▶ Work required:
In exact form, please repeat the records from their opening line down to the line with "extrude(amount=-CUT_EXTRUDE1_DEPTH, mode=Mode.SUBTRACT)", including that line.
[[ Available data open ]]
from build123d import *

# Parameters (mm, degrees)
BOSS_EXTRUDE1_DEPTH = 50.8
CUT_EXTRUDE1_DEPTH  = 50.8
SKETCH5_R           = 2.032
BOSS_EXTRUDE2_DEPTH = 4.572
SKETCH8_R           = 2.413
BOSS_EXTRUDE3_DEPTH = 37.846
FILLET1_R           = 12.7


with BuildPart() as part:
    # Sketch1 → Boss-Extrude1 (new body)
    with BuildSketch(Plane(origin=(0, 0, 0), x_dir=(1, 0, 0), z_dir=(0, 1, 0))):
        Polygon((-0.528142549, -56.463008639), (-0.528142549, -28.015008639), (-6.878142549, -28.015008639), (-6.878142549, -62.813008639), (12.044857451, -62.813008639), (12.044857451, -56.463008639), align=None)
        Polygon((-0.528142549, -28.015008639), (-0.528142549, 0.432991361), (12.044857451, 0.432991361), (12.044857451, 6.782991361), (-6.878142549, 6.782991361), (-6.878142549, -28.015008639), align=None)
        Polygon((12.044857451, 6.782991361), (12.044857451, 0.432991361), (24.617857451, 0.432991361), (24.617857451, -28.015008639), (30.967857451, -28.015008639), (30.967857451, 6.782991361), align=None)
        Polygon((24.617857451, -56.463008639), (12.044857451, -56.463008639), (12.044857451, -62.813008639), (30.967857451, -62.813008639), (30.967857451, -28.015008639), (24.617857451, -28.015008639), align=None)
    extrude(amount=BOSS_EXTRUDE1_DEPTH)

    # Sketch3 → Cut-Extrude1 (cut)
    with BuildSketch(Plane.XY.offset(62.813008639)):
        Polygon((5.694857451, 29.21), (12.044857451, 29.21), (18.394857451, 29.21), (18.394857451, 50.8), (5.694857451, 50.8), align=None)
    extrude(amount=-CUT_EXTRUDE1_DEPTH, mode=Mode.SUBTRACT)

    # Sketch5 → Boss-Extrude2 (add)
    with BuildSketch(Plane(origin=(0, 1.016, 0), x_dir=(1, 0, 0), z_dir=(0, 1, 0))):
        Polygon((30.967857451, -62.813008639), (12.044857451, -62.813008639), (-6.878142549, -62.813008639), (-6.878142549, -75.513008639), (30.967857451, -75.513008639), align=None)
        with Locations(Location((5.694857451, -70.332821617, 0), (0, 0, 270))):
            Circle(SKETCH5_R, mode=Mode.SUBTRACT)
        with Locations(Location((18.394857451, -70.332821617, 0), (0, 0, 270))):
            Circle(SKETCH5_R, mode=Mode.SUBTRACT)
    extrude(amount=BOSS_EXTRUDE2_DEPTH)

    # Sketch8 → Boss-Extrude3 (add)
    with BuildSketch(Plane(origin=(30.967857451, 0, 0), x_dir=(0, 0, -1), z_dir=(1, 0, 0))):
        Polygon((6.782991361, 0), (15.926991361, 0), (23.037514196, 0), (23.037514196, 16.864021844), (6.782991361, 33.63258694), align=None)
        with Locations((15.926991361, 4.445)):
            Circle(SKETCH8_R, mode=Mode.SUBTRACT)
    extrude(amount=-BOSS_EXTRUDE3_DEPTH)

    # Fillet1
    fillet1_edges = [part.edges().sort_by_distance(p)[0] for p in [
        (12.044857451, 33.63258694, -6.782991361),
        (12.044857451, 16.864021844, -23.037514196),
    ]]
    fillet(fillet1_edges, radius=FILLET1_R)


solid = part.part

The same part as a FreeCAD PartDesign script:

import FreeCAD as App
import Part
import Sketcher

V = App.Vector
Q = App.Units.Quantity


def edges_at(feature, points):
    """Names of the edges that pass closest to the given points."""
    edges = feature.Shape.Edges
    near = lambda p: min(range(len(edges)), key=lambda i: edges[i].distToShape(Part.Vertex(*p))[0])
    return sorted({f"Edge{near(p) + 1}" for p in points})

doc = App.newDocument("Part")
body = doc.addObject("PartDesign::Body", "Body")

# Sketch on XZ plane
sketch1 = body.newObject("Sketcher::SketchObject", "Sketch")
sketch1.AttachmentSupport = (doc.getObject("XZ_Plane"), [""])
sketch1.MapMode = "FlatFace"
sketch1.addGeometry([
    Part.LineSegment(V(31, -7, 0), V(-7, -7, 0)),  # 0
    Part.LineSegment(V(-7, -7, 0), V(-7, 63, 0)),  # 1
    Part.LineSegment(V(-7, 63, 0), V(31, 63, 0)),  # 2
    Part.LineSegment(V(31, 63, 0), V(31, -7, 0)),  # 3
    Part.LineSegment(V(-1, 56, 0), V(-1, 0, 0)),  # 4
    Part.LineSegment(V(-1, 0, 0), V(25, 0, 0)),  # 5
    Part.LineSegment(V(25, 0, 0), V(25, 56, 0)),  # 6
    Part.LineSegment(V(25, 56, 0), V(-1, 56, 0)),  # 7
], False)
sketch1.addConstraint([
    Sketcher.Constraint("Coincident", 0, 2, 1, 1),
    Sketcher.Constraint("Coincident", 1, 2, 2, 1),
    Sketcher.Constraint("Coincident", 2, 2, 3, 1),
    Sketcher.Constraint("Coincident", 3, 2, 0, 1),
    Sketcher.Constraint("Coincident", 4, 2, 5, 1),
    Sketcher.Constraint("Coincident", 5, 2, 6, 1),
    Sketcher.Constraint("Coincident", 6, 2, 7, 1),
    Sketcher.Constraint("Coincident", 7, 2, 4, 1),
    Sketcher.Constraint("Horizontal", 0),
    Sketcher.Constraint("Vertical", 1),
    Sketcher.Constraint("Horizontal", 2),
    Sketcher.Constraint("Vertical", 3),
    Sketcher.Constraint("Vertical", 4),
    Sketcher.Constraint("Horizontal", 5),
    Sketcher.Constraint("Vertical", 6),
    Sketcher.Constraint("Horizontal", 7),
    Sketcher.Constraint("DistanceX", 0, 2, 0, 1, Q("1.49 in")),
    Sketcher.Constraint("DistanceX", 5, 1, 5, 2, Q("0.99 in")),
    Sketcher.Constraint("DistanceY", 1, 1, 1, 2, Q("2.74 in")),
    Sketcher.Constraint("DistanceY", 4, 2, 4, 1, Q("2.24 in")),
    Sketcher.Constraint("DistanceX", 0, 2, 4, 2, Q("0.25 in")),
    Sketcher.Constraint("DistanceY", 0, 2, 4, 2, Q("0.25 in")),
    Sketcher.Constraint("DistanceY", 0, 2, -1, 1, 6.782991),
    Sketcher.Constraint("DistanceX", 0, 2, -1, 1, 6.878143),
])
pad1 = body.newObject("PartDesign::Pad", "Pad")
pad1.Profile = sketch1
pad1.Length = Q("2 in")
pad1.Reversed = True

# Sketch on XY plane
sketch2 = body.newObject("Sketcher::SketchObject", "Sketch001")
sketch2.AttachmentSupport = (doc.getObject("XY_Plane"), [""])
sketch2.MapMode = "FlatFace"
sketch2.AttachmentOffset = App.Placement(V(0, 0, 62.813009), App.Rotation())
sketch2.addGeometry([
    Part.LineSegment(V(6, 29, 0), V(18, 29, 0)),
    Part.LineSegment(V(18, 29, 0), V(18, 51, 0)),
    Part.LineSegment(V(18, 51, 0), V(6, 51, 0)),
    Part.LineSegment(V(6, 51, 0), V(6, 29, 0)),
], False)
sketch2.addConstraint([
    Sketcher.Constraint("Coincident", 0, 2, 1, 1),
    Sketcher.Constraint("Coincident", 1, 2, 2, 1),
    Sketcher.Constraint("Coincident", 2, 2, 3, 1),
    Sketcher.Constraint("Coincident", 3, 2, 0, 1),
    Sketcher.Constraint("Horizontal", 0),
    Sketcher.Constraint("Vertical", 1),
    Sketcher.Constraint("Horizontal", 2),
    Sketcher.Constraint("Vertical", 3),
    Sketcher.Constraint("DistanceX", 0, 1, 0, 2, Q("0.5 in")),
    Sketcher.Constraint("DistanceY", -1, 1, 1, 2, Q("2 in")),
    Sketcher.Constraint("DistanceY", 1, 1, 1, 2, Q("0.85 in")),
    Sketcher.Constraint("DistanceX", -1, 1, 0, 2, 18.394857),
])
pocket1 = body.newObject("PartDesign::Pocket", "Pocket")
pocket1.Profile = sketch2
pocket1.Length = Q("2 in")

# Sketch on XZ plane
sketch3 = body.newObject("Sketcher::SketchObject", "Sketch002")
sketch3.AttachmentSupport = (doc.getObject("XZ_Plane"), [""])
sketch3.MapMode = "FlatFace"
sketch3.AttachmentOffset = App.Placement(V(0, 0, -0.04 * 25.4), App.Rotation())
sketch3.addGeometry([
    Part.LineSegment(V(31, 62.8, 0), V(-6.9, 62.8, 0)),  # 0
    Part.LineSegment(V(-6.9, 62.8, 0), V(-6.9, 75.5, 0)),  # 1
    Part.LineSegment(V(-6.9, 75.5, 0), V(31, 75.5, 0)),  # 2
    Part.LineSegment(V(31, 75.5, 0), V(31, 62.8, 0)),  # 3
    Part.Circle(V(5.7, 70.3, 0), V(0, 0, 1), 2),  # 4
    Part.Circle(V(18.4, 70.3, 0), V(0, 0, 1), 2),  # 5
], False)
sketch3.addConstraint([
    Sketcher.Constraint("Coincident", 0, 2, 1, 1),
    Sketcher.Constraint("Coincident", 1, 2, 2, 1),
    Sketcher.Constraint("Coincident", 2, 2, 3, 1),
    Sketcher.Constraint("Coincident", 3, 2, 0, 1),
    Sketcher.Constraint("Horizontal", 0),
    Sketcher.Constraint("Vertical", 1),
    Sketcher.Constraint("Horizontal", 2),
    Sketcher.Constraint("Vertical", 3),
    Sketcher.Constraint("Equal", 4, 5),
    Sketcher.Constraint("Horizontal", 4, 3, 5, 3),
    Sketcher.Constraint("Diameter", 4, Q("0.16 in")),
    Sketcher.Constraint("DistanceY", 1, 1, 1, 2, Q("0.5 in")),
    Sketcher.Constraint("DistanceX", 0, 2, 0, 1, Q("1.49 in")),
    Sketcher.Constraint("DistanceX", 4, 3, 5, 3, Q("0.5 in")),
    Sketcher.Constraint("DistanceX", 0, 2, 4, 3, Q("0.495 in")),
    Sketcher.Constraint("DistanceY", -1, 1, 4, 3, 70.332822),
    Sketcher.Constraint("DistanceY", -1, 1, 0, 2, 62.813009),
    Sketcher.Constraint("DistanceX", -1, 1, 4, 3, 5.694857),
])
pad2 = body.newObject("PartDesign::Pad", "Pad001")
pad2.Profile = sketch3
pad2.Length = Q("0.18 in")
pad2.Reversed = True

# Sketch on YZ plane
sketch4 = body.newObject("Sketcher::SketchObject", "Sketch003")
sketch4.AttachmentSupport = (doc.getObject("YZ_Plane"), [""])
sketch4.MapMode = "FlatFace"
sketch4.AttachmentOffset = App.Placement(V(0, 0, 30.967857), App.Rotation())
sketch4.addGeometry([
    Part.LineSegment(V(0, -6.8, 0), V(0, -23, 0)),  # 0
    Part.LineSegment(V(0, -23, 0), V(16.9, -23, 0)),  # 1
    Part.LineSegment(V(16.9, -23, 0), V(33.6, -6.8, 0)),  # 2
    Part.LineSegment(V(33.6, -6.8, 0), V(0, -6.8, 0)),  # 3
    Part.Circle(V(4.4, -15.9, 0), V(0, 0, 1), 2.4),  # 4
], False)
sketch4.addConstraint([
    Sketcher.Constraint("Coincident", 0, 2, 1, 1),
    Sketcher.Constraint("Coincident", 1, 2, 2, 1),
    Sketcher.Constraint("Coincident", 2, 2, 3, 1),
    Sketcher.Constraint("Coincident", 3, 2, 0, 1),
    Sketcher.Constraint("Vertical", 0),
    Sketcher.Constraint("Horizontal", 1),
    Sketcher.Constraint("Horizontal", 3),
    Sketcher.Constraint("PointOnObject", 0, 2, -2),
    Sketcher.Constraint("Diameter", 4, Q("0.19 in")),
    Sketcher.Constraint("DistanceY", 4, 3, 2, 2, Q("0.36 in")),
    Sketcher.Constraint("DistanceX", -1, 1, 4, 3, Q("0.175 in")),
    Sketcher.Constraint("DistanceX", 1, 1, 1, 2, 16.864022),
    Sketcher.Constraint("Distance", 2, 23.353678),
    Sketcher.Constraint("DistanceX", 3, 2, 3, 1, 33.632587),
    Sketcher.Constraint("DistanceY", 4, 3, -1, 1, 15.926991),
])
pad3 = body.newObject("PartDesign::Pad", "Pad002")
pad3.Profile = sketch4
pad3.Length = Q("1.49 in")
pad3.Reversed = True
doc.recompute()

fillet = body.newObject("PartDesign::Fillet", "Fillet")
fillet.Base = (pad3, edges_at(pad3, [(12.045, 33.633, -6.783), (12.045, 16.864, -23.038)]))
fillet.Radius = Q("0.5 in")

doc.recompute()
[[ Available data closed ]]
▶ Expected answer:
from build123d import *

# Parameters (mm, degrees)
BOSS_EXTRUDE1_DEPTH = 50.8
CUT_EXTRUDE1_DEPTH  = 50.8
SKETCH5_R           = 2.032
BOSS_EXTRUDE2_DEPTH = 4.572
SKETCH8_R           = 2.413
BOSS_EXTRUDE3_DEPTH = 37.846
FILLET1_R           = 12.7


with BuildPart() as part:
    # Sketch1 → Boss-Extrude1 (new body)
    with BuildSketch(Plane(origin=(0, 0, 0), x_dir=(1, 0, 0), z_dir=(0, 1, 0))):
        Polygon((-0.528142549, -56.463008639), (-0.528142549, -28.015008639), (-6.878142549, -28.015008639), (-6.878142549, -62.813008639), (12.044857451, -62.813008639), (12.044857451, -56.463008639), align=None)
        Polygon((-0.528142549, -28.015008639), (-0.528142549, 0.432991361), (12.044857451, 0.432991361), (12.044857451, 6.782991361), (-6.878142549, 6.782991361), (-6.878142549, -28.015008639), align=None)
        Polygon((12.044857451, 6.782991361), (12.044857451, 0.432991361), (24.617857451, 0.432991361), (24.617857451, -28.015008639), (30.967857451, -28.015008639), (30.967857451, 6.782991361), align=None)
        Polygon((24.617857451, -56.463008639), (12.044857451, -56.463008639), (12.044857451, -62.813008639), (30.967857451, -62.813008639), (30.967857451, -28.015008639), (24.617857451, -28.015008639), align=None)
    extrude(amount=BOSS_EXTRUDE1_DEPTH)

    # Sketch3 → Cut-Extrude1 (cut)
    with BuildSketch(Plane.XY.offset(62.813008639)):
        Polygon((5.694857451, 29.21), (12.044857451, 29.21), (18.394857451, 29.21), (18.394857451, 50.8), (5.694857451, 50.8), align=None)
    extrude(amount=-CUT_EXTRUDE1_DEPTH, mode=Mode.SUBTRACT)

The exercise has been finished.